#### HOW TO COMPLETE THIS TASK:
Which lines of the entries below run from the one holding "extrude(amount=PAD_DEPTH)" to the one holding "# Sketch002 → Pocket001 (cut)", inclusive? Set down exactly those lines and no others.

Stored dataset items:

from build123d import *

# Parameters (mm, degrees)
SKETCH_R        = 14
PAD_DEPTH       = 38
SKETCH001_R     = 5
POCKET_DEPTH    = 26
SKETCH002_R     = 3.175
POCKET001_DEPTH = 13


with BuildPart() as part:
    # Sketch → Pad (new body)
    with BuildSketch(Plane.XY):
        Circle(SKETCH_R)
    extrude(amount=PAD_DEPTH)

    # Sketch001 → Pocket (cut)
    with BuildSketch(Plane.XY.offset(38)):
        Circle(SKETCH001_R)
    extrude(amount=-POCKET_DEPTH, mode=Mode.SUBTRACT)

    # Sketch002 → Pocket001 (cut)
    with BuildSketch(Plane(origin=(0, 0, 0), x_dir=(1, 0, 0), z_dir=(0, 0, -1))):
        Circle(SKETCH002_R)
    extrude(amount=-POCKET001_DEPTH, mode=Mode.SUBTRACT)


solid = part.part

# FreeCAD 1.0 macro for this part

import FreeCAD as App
import Part
import Sketcher

doc = App.newDocument("Part")
body = doc.addObject("PartDesign::Body", "Body")

sketch1 = body.newObject("Sketcher::SketchObject", "Sketch")
sketch1.AttachmentSupport = (doc.getObject("XY_Plane"), [""])
sketch1.MapMode = "FlatFace"
sketch1.addGeometry(Part.Circle(App.Vector(0, 0, 0), App.Vector(0, 0, 1), 14), False)
sketch1.addConstraint([
    Sketcher.Constraint("Coincident", 0, 3, -1, 1),
    Sketcher.Constraint("Diameter", 0, 28.0),
])
pad1 = body.newObject("PartDesign::Pad", "Pad")
pad1.Profile = sketch1
pad1.Length = 38

sketch2 = body.newObject("Sketcher::SketchObject", "Sketch001")
sketch2.AttachmentSupport = (doc.getObject("XY_Plane"), [""])
sketch2.MapMode = "FlatFace"
sketch2.AttachmentOffset = App.Placement(App.Vector(0, 0, 38), App.Rotation())
sketch2.addGeometry(Part.Circle(App.Vector(0, 0, 0), App.Vector(0, 0, 1), 5), False)
sketch2.addConstraint([
    Sketcher.Constraint("Coincident", 0, 3, -1, 1),
    Sketcher.Constraint("Diameter", 0, 10.0),
])
pocket1 = body.newObject("PartDesign::Pocket", "Pocket")
pocket1.Profile = sketch2
pocket1.Length = 26

sketch3 = body.newObject("Sketcher::SketchObject", "Sketch002")
sketch3.AttachmentSupport = (doc.getObject("XY_Plane"), [""])
sketch3.MapMode = "FlatFace"
sketch3.addGeometry(Part.Circle(App.Vector(0, 0, 0), App.Vector(0, 0, 1), 3.2), False)
sketch3.addConstraint([
    Sketcher.Constraint("Coincident", 0, 3, -1, 1),
    Sketcher.Constraint("Diameter", 0, 6.35),
])
pocket2 = body.newObject("PartDesign::Pocket", "Pocket001")
pocket2.Profile = sketch3
pocket2.Length = 13
pocket2.Reversed = True

doc.recompute()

#### ANSWER TO THE EXERCISE:
    extrude(amount=PAD_DEPTH)

    # Sketch001 → Pocket (cut)
    with BuildSketch(Plane.XY.offset(38)):
        Circle(SKETCH001_R)
    extrude(amount=-POCKET_DEPTH, mode=Mode.SUBTRACT)

    # Sketch002 → Pocket001 (cut)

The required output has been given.